Print the data below exactly, but only the lines from the one containing "extrude(amount=-BOSS_EXTRUDE2_DEPTH)" down to the one containing "Rebuilt in FreeCAD, every", inclusive.

- _RECORDS FOR THE EXERCISE_:
▬▬▬

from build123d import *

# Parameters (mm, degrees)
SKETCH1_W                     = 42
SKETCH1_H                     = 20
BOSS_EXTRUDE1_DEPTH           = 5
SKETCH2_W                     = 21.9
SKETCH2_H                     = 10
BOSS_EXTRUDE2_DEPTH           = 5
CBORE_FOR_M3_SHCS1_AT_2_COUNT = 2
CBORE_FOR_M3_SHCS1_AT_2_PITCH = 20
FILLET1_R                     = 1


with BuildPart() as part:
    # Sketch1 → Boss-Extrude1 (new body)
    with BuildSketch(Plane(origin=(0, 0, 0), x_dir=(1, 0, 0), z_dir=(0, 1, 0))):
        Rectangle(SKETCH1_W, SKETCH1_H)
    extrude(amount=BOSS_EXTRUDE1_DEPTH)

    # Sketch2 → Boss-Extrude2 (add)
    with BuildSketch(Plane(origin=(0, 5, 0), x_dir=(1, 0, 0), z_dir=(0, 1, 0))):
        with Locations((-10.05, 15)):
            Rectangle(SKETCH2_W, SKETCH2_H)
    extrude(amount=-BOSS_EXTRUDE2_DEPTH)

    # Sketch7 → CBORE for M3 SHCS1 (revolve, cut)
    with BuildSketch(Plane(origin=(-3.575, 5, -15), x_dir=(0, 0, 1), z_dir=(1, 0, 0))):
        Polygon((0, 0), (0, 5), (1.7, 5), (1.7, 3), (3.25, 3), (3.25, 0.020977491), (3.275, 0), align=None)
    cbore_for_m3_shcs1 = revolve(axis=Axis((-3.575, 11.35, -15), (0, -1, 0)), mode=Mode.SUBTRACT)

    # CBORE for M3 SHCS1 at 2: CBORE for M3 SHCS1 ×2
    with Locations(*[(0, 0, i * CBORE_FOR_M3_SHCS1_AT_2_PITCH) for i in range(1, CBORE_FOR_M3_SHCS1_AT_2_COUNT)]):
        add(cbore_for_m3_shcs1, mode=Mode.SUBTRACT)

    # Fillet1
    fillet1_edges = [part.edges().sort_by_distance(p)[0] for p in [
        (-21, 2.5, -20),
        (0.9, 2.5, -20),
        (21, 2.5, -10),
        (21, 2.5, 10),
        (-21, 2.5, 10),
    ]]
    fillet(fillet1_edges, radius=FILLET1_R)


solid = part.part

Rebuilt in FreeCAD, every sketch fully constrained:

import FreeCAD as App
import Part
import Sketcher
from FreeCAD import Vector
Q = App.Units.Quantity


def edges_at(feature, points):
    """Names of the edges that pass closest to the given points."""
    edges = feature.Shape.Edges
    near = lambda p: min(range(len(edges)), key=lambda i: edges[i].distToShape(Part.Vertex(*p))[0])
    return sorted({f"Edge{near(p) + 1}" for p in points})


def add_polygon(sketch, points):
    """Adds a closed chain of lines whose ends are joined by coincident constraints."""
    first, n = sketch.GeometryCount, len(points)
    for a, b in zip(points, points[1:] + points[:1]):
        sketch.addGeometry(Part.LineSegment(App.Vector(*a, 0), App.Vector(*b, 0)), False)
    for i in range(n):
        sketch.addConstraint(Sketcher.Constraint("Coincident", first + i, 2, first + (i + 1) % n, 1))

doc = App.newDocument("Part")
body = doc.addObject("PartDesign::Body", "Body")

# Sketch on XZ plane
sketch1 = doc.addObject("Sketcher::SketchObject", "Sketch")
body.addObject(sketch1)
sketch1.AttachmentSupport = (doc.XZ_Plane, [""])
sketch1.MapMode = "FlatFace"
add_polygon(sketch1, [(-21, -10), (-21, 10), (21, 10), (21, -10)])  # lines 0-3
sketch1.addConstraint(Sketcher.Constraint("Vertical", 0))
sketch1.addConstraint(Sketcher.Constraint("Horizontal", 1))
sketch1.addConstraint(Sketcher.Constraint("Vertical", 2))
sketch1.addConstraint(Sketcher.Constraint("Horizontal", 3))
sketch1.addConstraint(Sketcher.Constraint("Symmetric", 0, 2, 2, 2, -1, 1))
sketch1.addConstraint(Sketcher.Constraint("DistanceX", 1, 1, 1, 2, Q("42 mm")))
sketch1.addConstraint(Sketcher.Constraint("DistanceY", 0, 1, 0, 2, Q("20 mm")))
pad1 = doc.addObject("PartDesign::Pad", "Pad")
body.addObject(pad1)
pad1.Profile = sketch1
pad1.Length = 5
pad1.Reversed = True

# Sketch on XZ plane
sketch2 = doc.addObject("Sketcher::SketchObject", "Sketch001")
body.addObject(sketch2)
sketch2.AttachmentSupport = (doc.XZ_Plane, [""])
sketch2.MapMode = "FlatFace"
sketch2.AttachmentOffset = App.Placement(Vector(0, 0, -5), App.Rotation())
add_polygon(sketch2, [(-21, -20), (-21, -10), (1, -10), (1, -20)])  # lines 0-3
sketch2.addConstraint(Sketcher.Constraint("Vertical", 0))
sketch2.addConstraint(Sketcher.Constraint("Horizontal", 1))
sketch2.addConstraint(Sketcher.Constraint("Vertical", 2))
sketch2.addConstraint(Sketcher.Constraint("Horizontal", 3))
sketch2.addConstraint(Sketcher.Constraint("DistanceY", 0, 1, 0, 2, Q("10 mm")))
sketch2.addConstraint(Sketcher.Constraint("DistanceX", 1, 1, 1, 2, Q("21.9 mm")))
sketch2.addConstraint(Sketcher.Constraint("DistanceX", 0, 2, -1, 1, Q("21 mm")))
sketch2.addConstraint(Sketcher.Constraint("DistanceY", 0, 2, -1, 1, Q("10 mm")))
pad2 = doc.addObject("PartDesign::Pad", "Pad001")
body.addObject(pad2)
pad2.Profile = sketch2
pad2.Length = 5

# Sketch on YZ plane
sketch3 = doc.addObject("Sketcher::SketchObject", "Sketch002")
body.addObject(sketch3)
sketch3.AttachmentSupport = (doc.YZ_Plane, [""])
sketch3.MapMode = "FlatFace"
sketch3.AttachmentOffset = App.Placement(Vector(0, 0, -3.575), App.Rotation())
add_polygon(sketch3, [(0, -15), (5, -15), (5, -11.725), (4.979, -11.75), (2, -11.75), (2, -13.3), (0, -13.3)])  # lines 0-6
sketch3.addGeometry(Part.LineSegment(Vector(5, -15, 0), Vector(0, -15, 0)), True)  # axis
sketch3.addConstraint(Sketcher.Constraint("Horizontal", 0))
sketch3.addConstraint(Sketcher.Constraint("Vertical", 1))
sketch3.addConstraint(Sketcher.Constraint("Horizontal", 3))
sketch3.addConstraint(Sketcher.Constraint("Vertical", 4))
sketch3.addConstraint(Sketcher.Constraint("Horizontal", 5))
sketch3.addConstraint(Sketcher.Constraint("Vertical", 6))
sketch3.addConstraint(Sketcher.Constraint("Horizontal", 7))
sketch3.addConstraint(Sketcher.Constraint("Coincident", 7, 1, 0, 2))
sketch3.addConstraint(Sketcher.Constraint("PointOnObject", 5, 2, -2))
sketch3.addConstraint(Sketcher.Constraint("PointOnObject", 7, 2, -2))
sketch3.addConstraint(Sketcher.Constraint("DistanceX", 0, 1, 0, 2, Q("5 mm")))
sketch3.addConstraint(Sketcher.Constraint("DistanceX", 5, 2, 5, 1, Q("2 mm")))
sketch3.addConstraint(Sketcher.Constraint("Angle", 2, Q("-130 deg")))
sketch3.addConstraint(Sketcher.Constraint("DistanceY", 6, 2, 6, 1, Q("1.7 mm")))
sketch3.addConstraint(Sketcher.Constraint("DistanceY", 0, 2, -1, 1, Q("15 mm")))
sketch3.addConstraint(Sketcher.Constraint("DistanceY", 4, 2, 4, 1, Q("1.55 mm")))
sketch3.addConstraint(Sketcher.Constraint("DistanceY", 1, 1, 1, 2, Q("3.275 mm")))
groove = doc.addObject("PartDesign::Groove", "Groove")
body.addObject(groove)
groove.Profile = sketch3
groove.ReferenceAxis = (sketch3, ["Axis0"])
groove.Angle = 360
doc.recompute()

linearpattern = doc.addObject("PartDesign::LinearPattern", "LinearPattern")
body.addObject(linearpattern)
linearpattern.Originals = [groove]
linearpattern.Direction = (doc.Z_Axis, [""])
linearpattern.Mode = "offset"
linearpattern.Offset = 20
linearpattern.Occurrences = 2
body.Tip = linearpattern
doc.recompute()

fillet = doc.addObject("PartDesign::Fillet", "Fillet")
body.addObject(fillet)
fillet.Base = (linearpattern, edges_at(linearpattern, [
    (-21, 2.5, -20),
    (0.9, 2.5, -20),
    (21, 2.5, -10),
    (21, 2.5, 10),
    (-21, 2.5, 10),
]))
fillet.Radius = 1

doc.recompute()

▬▬▬

- _SOLUTION FOR THIS TASK_:
    extrude(amount=-BOSS_EXTRUDE2_DEPTH)

    # Sketch7 → CBORE for M3 SHCS1 (revolve, cut)
    with BuildSketch(Plane(origin=(-3.575, 5, -15), x_dir=(0, 0, 1), z_dir=(1, 0, 0))):
        Polygon((0, 0), (0, 5), (1.7, 5), (1.7, 3), (3.25, 3), (3.25, 0.020977491), (3.275, 0), align=None)
    cbore_for_m3_shcs1 = revolve(axis=Axis((-3.575, 11.35, -15), (0, -1, 0)), mode=Mode.SUBTRACT)

    # CBORE for M3 SHCS1 at 2: CBORE for M3 SHCS1 ×2
    with Locations(*[(0, 0, i * CBORE_FOR_M3_SHCS1_AT_2_PITCH) for i in range(1, CBORE_FOR_M3_SHCS1_AT_2_COUNT)]):
        add(cbore_for_m3_shcs1, mode=Mode.SUBTRACT)

    # Fillet1
    fillet1_edges = [part.edges().sort_by_distance(p)[0] for p in [
        (-21, 2.5, -20),
        (0.9, 2.5, -20),
        (21, 2.5, -10),
        (21, 2.5, 10),
        (-21, 2.5, 10),
    ]]
    fillet(fillet1_edges, radius=FILLET1_R)


solid = part.part

Rebuilt in FreeCAD, every sketch fully constrained:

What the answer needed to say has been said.